→ Problem to work on
Go through the entries below from the first line and output each one exactly, up to and including the line with "#61=EDGE_CURVE('',#57,#48,#60,.T.);".

→ Records for the exercise
----

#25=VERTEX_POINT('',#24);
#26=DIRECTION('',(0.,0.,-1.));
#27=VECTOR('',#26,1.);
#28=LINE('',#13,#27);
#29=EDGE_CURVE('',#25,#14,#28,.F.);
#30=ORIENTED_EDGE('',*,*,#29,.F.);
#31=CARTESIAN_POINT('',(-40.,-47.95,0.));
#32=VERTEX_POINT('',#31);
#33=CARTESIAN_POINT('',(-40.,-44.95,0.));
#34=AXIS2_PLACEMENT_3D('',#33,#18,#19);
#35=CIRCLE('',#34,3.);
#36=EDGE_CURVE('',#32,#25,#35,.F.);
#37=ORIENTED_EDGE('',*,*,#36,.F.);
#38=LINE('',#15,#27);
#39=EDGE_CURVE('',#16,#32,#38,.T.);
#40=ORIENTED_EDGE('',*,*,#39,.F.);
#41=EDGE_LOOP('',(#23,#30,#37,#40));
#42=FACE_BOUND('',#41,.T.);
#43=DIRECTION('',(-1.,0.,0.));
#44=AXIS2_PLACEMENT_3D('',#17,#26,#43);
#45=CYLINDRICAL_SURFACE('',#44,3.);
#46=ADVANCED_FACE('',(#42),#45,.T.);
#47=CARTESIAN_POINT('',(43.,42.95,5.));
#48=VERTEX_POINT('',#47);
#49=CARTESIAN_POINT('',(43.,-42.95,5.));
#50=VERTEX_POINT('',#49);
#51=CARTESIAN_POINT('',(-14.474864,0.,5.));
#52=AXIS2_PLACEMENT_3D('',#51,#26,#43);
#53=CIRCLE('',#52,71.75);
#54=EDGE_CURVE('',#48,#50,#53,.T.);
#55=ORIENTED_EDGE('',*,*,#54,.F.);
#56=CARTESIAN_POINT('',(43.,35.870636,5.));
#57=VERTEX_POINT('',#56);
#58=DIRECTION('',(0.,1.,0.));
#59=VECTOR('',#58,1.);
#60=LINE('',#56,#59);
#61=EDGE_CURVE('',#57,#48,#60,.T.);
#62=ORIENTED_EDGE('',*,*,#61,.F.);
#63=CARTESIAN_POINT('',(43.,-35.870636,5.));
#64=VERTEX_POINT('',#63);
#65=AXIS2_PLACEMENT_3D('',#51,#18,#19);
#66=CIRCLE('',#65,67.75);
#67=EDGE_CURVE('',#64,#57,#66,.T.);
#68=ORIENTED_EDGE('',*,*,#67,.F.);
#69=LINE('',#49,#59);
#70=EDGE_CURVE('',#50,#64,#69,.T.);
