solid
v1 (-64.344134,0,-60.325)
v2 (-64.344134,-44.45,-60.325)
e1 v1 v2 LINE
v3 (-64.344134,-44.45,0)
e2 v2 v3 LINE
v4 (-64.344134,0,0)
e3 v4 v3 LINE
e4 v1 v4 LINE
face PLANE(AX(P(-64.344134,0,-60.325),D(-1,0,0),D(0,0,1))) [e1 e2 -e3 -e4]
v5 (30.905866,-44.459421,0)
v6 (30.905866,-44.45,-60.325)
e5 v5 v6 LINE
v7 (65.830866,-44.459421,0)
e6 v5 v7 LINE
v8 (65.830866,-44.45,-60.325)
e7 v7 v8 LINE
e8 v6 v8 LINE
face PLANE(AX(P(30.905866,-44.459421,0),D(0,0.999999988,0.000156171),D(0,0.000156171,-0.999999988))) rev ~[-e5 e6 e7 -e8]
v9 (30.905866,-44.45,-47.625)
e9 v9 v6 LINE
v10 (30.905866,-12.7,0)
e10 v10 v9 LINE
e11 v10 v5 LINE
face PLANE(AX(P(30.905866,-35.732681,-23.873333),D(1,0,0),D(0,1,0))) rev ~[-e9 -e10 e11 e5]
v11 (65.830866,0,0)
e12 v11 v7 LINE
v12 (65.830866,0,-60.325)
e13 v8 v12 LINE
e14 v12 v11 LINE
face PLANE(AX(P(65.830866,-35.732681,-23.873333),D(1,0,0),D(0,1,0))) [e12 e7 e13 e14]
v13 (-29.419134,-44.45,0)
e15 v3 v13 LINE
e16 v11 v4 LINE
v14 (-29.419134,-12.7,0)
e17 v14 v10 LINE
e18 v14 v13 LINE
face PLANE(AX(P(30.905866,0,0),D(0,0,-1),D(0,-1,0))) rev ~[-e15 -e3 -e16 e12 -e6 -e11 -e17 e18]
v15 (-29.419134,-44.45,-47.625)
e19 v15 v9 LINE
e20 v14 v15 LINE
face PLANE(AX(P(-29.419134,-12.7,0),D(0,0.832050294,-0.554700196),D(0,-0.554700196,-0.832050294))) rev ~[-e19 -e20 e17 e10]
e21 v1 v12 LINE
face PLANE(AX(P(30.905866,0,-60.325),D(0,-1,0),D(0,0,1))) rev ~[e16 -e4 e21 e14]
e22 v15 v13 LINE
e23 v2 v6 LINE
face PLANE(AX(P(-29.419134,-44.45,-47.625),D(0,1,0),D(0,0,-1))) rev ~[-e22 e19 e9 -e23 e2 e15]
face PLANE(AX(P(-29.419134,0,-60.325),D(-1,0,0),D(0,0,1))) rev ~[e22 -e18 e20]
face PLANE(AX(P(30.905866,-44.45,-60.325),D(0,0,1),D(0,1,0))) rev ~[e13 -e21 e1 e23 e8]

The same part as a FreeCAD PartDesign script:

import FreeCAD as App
import Part
import Sketcher
from FreeCAD import Vector
Q = App.Units.Quantity


def add_polygon(sketch, points):
    """Adds a closed chain of lines whose ends are joined by coincident constraints."""
    first, n = sketch.GeometryCount, len(points)
    for a, b in zip(points, points[1:] + points[:1]):
        sketch.addGeometry(Part.LineSegment(App.Vector(*a, 0), App.Vector(*b, 0)), False)
    for i in range(n):
        sketch.addConstraint(Sketcher.Constraint("Coincident", first + i, 2, first + (i + 1) % n, 1))

doc = App.newDocument("Part")
params = doc.addObject("Spreadsheet::Sheet", "Params")
for row, (alias, value) in enumerate([
    ("sketch1_width", "1.375 in"),
    ("sketch1_height", "2.375 in"),
    ("pad1_length", "1.75 in"),
    ("sketch2_width", "0.5 in"),
    ("sketch2_width2", "1.75 in"),
    ("sketch2_height", "2.375 in"),
    ("pad2_length", "2.375 in"),
    ("sketch3_width", "1.75 in"),
    ("sketch3_height", "2.375 in"),
    ("pad3_length", "1.375 in"),
], start=1):
    params.set(f"A{row}", alias)
    params.set(f"B{row}", "=" + value)
    params.setAlias(f"B{row}", alias)

body = doc.addObject("PartDesign::Body", "Body")

# Sketch on XZ plane
sketch1 = body.newObject("Sketcher::SketchObject", "Sketch")
sketch1.AttachmentSupport = (doc.getObject("XZ_Plane"), [""])
sketch1.MapMode = "FlatFace"
add_polygon(sketch1, [(-64, 0), (-64, -60), (-29, -60), (-29, 0)])  # lines 0-3
sketch1.addConstraint(Sketcher.Constraint("Vertical", 0))
sketch1.addConstraint(Sketcher.Constraint("Horizontal", 1))
sketch1.addConstraint(Sketcher.Constraint("Vertical", 2))
sketch1.addConstraint(Sketcher.Constraint("Horizontal", 3))
sketch1.addConstraint(Sketcher.Constraint("PointOnObject", 2, 2, -1))
sketch1.addConstraint(Sketcher.Constraint("DistanceX", 1, 1, 1, 2, Q("1.375 in")))
sketch1.addConstraint(Sketcher.Constraint("DistanceY", 0, 2, 0, 1, Q("2.375 in")))
sketch1.addConstraint(Sketcher.Constraint("DistanceX", 0, 2, -1, 1, 64.344134))
sketch1.setExpression("Constraints[9]", "Params.sketch1_width")
sketch1.setExpression("Constraints[10]", "Params.sketch1_height")
pad1 = body.newObject("PartDesign::Pad", "Pad")
pad1.Profile = sketch1
pad1.setExpression("Length", "Params.pad1_length")

# Sketch on YZ plane
sketch2 = body.newObject("Sketcher::SketchObject", "Sketch001")
sketch2.AttachmentSupport = (doc.getObject("YZ_Plane"), [""])
sketch2.MapMode = "FlatFace"
sketch2.AttachmentOffset = App.Placement(Vector(0, 0, -29.419134), App.Rotation())
add_polygon(sketch2, [(-44, -48), (-44, -60), (0, -60), (0, 0), (-13, 0)])  # lines 0-4
sketch2.addConstraint(Sketcher.Constraint("Vertical", 0))
sketch2.addConstraint(Sketcher.Constraint("Horizontal", 1))
sketch2.addConstraint(Sketcher.Constraint("Vertical", 2))
sketch2.addConstraint(Sketcher.Constraint("Horizontal", 3))
sketch2.addConstraint(Sketcher.Constraint("Coincident", 2, 2, -1, 1))
sketch2.addConstraint(Sketcher.Constraint("Equal", 3, 0))
sketch2.addConstraint(Sketcher.Constraint("DistanceX", 3, 2, 3, 1, Q("0.5 in")))
sketch2.addConstraint(Sketcher.Constraint("DistanceX", 1, 1, 1, 2, Q("1.75 in")))
sketch2.addConstraint(Sketcher.Constraint("DistanceY", 2, 1, 2, 2, Q("2.375 in")))
sketch2.setExpression("Constraints[11]", "Params.sketch2_width")
sketch2.setExpression("Constraints[12]", "Params.sketch2_width2")
sketch2.setExpression("Constraints[13]", "Params.sketch2_height")
pad2 = body.newObject("PartDesign::Pad", "Pad001")
pad2.Profile = sketch2
pad2.setExpression("Length", "Params.pad2_length")

# Sketch on YZ plane
sketch3 = body.newObject("Sketcher::SketchObject", "Sketch002")
sketch3.AttachmentSupport = (doc.getObject("YZ_Plane"), [""])
sketch3.MapMode = "FlatFace"
sketch3.AttachmentOffset = App.Placement(Vector(0, 0, 30.905866), App.Rotation())
add_polygon(sketch3, [(-44, 0), (-44, -60), (0, -60), (0, 0)])  # lines 0-3
sketch3.addConstraint(Sketcher.Constraint("Horizontal", 1))
sketch3.addConstraint(Sketcher.Constraint("Vertical", 2))
sketch3.addConstraint(Sketcher.Constraint("Horizontal", 3))
sketch3.addConstraint(Sketcher.Constraint("Coincident", 2, 2, -1, 1))
sketch3.addConstraint(Sketcher.Constraint("DistanceX", 1, 1, 1, 2, Q("1.75 in")))
sketch3.addConstraint(Sketcher.Constraint("DistanceY", 2, 1, 2, 2, Q("2.375 in")))
sketch3.addConstraint(Sketcher.Constraint("DistanceX", 3, 2, 3, 1, 44.459421))
sketch3.setExpression("Constraints[8]", "Params.sketch3_width")
sketch3.setExpression("Constraints[9]", "Params.sketch3_height")
pad3 = body.newObject("PartDesign::Pad", "Pad002")
pad3.Profile = sketch3
pad3.setExpression("Length", "Params.pad3_length")

doc.recompute()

----

→ Task result
#25=VERTEX_POINT('',#24);
#26=DIRECTION('',(0.,0.,-1.));
#27=VECTOR('',#26,1.);
#28=LINE('',#13,#27);
#29=EDGE_CURVE('',#25,#14,#28,.F.);
#30=ORIENTED_EDGE('',*,*,#29,.F.);
#31=CARTESIAN_POINT('',(-40.,-47.95,0.));
#32=VERTEX_POINT('',#31);
#33=CARTESIAN_POINT('',(-40.,-44.95,0.));
#34=AXIS2_PLACEMENT_3D('',#33,#18,#19);
#35=CIRCLE('',#34,3.);
#36=EDGE_CURVE('',#32,#25,#35,.F.);
#37=ORIENTED_EDGE('',*,*,#36,.F.);
#38=LINE('',#15,#27);
#39=EDGE_CURVE('',#16,#32,#38,.T.);
#40=ORIENTED_EDGE('',*,*,#39,.F.);
#41=EDGE_LOOP('',(#23,#30,#37,#40));
#42=FACE_BOUND('',#41,.T.);
#43=DIRECTION('',(-1.,0.,0.));
#44=AXIS2_PLACEMENT_3D('',#17,#26,#43);
#45=CYLINDRICAL_SURFACE('',#44,3.);
#46=ADVANCED_FACE('',(#42),#45,.T.);
#47=CARTESIAN_POINT('',(43.,42.95,5.));
#48=VERTEX_POINT('',#47);
#49=CARTESIAN_POINT('',(43.,-42.95,5.));
#50=VERTEX_POINT('',#49);
#51=CARTESIAN_POINT('',(-14.474864,0.,5.));
#52=AXIS2_PLACEMENT_3D('',#51,#26,#43);
#53=CIRCLE('',#52,71.75);
#54=EDGE_CURVE('',#48,#50,#53,.T.);
#55=ORIENTED_EDGE('',*,*,#54,.F.);
#56=CARTESIAN_POINT('',(43.,35.870636,5.));
#57=VERTEX_POINT('',#56);
#58=DIRECTION('',(0.,1.,0.));
#59=VECTOR('',#58,1.);
#60=LINE('',#56,#59);
#61=EDGE_CURVE('',#57,#48,#60,.T.);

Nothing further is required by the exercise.